Fog: I've synced this personally now, using a pretty under-powered Windows tablet.
This has definitely been a long awaited TAS, with a lot of work put into it by not only RingRush, but also Isotarge, Cronikeys, and the BizHawk developers for making it possible for this game to be TASed in the first place.
The overall quality of the TAS is top notch, but there are a few things which should be addressed:
Normally in regular speedruns of DK64, runners would use dirty SRAM from the cart (as the cart can not be cleared of certain progress without external hardware). Because of this, this run decides to start with a completely clean slate, and unlock everything needed for ISG and MMM to work properly. I feel that this is actually more of a benefit for the TAS, as it provides greater entertainment value compared to just using dirty SRAM to be equivalent to console speedruns. Any future TASes that would want to obsolete this particular TAS would also need to start from a clean SRAM if it wants to be published here.
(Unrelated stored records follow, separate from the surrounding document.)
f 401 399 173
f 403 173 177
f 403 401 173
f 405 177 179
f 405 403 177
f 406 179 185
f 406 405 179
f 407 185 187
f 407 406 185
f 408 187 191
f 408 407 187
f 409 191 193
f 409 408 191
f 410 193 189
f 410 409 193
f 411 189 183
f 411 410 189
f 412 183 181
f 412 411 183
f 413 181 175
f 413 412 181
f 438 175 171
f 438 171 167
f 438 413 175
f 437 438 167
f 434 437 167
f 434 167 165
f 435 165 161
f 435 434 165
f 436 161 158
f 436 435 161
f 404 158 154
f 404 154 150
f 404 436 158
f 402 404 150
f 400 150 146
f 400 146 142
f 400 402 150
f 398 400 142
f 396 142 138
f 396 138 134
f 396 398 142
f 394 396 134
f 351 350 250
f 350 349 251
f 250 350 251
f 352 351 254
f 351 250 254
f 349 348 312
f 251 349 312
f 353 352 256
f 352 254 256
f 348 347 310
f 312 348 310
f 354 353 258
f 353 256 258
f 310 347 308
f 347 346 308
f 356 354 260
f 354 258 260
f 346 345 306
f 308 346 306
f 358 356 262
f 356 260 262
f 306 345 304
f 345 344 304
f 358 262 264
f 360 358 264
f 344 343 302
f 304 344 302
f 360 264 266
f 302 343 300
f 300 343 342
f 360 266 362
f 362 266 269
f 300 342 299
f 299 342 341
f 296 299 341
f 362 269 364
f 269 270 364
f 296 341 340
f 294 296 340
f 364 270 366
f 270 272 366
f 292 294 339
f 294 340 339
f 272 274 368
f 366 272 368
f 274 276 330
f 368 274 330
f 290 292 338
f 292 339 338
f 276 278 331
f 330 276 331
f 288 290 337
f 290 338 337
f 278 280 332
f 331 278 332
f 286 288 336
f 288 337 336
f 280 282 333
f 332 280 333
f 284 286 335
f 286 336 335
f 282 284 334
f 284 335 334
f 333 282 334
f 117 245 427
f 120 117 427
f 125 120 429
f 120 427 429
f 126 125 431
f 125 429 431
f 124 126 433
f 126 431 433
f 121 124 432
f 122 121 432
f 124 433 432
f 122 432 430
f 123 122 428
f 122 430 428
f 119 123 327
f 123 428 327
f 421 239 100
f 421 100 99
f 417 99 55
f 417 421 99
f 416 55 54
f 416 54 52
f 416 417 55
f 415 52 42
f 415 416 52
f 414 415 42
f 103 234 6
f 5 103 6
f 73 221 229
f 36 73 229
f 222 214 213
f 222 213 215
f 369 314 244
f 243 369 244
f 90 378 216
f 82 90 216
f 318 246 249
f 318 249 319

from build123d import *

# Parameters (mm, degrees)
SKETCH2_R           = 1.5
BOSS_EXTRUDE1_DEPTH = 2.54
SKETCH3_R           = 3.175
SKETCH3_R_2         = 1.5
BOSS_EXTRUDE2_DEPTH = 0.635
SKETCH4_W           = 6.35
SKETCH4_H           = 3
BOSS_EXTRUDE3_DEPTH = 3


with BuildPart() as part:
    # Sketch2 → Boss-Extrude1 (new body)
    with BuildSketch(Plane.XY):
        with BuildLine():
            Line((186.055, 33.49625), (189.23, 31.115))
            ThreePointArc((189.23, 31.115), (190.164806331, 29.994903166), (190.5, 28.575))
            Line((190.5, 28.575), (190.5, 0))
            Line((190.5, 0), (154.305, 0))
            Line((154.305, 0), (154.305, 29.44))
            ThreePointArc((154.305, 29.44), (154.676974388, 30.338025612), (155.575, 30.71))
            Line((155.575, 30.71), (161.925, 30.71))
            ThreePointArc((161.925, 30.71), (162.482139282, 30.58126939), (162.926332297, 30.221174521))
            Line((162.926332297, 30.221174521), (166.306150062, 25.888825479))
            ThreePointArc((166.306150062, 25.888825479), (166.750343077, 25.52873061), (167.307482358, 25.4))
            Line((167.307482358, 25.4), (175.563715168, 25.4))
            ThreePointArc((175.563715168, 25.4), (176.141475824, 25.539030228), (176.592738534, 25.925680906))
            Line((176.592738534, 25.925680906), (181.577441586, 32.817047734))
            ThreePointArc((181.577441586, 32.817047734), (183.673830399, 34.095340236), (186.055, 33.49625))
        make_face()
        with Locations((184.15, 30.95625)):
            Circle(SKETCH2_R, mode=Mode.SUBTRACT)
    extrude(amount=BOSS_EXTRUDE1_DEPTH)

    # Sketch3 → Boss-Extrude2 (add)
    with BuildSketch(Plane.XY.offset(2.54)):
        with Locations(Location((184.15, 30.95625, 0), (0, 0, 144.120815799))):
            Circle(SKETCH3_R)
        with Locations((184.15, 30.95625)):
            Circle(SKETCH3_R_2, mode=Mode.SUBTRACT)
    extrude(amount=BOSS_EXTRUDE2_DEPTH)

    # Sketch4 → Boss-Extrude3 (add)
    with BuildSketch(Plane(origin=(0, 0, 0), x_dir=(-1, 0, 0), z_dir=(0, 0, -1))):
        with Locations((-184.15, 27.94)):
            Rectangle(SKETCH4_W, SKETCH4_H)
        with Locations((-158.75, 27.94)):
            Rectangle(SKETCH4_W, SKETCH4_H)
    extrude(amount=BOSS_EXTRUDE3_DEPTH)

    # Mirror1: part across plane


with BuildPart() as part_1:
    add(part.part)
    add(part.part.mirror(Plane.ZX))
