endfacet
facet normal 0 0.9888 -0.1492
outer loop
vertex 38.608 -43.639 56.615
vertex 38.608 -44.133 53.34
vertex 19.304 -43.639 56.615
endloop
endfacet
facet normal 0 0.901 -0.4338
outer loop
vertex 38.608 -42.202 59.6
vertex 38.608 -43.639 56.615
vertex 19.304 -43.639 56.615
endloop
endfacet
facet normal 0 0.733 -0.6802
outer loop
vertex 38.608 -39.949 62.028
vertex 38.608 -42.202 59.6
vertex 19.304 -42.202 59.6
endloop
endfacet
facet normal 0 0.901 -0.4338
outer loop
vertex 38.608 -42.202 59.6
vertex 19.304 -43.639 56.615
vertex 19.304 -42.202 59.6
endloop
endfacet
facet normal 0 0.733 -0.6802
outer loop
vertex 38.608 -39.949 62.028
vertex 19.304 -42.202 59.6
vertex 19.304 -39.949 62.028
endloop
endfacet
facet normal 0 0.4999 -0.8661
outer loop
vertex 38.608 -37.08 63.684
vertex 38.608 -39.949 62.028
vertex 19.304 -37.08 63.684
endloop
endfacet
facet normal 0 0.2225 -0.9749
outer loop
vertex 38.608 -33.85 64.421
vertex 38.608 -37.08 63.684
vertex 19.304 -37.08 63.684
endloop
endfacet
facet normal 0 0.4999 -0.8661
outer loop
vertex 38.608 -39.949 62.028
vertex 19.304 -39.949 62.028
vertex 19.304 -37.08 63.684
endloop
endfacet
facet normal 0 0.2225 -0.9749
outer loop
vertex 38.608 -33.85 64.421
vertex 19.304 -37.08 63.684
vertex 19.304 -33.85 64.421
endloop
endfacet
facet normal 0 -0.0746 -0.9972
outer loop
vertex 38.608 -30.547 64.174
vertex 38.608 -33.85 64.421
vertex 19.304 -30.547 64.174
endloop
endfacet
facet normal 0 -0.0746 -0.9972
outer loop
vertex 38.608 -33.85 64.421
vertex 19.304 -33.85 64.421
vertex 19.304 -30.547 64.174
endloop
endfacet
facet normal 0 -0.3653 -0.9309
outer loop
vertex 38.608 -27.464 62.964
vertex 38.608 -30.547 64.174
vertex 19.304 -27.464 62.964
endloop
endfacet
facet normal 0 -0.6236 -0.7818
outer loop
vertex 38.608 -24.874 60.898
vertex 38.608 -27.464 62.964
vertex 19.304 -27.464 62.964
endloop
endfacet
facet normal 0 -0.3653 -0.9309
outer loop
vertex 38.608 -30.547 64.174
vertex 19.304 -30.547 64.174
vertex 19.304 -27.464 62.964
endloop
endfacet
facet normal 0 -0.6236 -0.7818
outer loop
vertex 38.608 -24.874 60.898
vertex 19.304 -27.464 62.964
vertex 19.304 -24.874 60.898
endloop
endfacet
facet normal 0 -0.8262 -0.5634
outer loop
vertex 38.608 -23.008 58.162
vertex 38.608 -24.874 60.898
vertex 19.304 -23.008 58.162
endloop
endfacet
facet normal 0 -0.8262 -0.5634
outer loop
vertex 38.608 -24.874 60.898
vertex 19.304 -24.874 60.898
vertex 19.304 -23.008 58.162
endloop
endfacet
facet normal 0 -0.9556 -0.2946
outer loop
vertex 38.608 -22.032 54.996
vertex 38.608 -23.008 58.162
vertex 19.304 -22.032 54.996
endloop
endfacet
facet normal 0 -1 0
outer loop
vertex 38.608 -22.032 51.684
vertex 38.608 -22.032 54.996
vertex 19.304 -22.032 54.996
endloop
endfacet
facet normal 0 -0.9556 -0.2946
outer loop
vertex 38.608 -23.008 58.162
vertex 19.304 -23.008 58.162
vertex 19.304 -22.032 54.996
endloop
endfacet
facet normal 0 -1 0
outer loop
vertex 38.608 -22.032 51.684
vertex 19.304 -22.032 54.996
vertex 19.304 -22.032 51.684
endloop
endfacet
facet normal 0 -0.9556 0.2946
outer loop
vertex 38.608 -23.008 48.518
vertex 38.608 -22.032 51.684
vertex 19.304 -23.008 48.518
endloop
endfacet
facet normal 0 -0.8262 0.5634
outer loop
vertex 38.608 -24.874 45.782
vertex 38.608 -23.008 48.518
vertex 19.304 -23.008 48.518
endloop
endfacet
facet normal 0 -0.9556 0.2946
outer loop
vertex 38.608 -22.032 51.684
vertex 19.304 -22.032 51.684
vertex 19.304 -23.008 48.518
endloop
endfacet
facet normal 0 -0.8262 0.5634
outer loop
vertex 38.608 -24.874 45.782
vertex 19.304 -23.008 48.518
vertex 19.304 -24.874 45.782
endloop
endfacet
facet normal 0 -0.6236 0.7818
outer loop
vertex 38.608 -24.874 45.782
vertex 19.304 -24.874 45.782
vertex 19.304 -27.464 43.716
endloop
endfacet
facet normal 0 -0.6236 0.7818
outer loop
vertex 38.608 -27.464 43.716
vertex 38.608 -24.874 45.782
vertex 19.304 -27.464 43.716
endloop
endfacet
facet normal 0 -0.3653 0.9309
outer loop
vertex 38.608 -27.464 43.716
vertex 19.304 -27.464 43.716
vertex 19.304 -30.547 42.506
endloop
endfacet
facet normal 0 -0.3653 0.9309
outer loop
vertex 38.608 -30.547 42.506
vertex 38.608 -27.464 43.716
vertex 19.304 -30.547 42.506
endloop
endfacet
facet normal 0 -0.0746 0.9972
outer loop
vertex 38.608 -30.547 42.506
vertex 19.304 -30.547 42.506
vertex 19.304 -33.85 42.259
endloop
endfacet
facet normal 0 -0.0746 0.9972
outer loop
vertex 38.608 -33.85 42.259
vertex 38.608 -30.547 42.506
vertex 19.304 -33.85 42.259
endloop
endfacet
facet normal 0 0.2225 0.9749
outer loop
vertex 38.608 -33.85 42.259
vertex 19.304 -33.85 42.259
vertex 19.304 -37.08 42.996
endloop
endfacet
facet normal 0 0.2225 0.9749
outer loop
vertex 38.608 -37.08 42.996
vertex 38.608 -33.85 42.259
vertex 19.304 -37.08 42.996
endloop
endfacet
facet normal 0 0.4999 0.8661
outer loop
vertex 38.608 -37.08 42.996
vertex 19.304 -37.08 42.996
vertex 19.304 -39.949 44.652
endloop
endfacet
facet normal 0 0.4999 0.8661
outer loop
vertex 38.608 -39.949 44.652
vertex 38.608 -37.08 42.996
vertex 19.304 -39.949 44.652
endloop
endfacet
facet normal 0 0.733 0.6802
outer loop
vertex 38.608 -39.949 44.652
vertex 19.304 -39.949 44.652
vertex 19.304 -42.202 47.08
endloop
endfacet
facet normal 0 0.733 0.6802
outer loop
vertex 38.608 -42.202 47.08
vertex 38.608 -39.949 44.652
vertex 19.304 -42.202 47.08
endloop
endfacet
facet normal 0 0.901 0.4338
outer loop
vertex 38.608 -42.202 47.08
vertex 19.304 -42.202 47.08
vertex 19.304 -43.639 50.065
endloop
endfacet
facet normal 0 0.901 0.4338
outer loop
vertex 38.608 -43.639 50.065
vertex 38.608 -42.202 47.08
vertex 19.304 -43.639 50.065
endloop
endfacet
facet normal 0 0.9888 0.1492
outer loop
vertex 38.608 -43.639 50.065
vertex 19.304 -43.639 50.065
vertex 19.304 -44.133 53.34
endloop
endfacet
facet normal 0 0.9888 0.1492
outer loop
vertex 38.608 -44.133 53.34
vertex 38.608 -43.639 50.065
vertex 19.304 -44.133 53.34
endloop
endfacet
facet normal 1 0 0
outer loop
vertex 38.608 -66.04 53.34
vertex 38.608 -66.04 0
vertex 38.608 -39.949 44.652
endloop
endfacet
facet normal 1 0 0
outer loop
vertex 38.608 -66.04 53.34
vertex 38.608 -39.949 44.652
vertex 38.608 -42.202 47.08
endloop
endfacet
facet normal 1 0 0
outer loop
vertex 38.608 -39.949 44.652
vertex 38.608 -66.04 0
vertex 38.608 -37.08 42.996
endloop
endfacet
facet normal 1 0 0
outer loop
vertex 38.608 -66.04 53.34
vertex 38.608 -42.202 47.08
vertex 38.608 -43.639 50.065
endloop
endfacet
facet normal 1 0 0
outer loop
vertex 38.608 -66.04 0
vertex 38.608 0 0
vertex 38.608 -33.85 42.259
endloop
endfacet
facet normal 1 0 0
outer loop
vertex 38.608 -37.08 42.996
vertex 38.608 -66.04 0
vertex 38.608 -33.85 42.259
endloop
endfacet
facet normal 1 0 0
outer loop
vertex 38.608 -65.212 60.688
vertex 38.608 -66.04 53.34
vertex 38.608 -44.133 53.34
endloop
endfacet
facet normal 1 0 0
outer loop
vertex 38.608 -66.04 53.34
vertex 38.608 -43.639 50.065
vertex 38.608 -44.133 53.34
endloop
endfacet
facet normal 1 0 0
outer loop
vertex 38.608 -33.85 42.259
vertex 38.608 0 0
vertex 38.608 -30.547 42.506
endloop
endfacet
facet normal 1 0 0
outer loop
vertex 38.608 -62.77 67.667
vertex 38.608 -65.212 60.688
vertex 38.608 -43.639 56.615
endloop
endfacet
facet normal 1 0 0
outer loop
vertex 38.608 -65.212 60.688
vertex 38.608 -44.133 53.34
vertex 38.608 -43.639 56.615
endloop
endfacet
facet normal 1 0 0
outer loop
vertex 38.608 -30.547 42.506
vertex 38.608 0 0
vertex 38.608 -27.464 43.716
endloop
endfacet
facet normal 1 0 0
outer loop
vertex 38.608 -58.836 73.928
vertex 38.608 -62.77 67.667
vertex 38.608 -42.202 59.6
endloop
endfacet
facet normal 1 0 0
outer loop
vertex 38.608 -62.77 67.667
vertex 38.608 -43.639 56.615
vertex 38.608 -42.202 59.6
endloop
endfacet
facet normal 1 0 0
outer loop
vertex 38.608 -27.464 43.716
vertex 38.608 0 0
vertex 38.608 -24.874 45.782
Secondly, in the course of waiting for this particular run to be judge, a new trick was discovered which can possibly make this particular TAS obsolete. Because this trick is in it's early stages of routing, attempting to find where it would be most applicable, I'm not going to delay this TAS to implement this new trick into the run for a small time save. A new submission with the new glitch can be submitted as per usual in order to obsolete this particular run.
With that being said, I'm accepting this run for Moons! Great Job!
feos: I'll be working with thecoreyburton again, to help him encode the crap out of this run, as usual. Don't expect this soon though, we'll be developing a resync workflow to use GlideN64.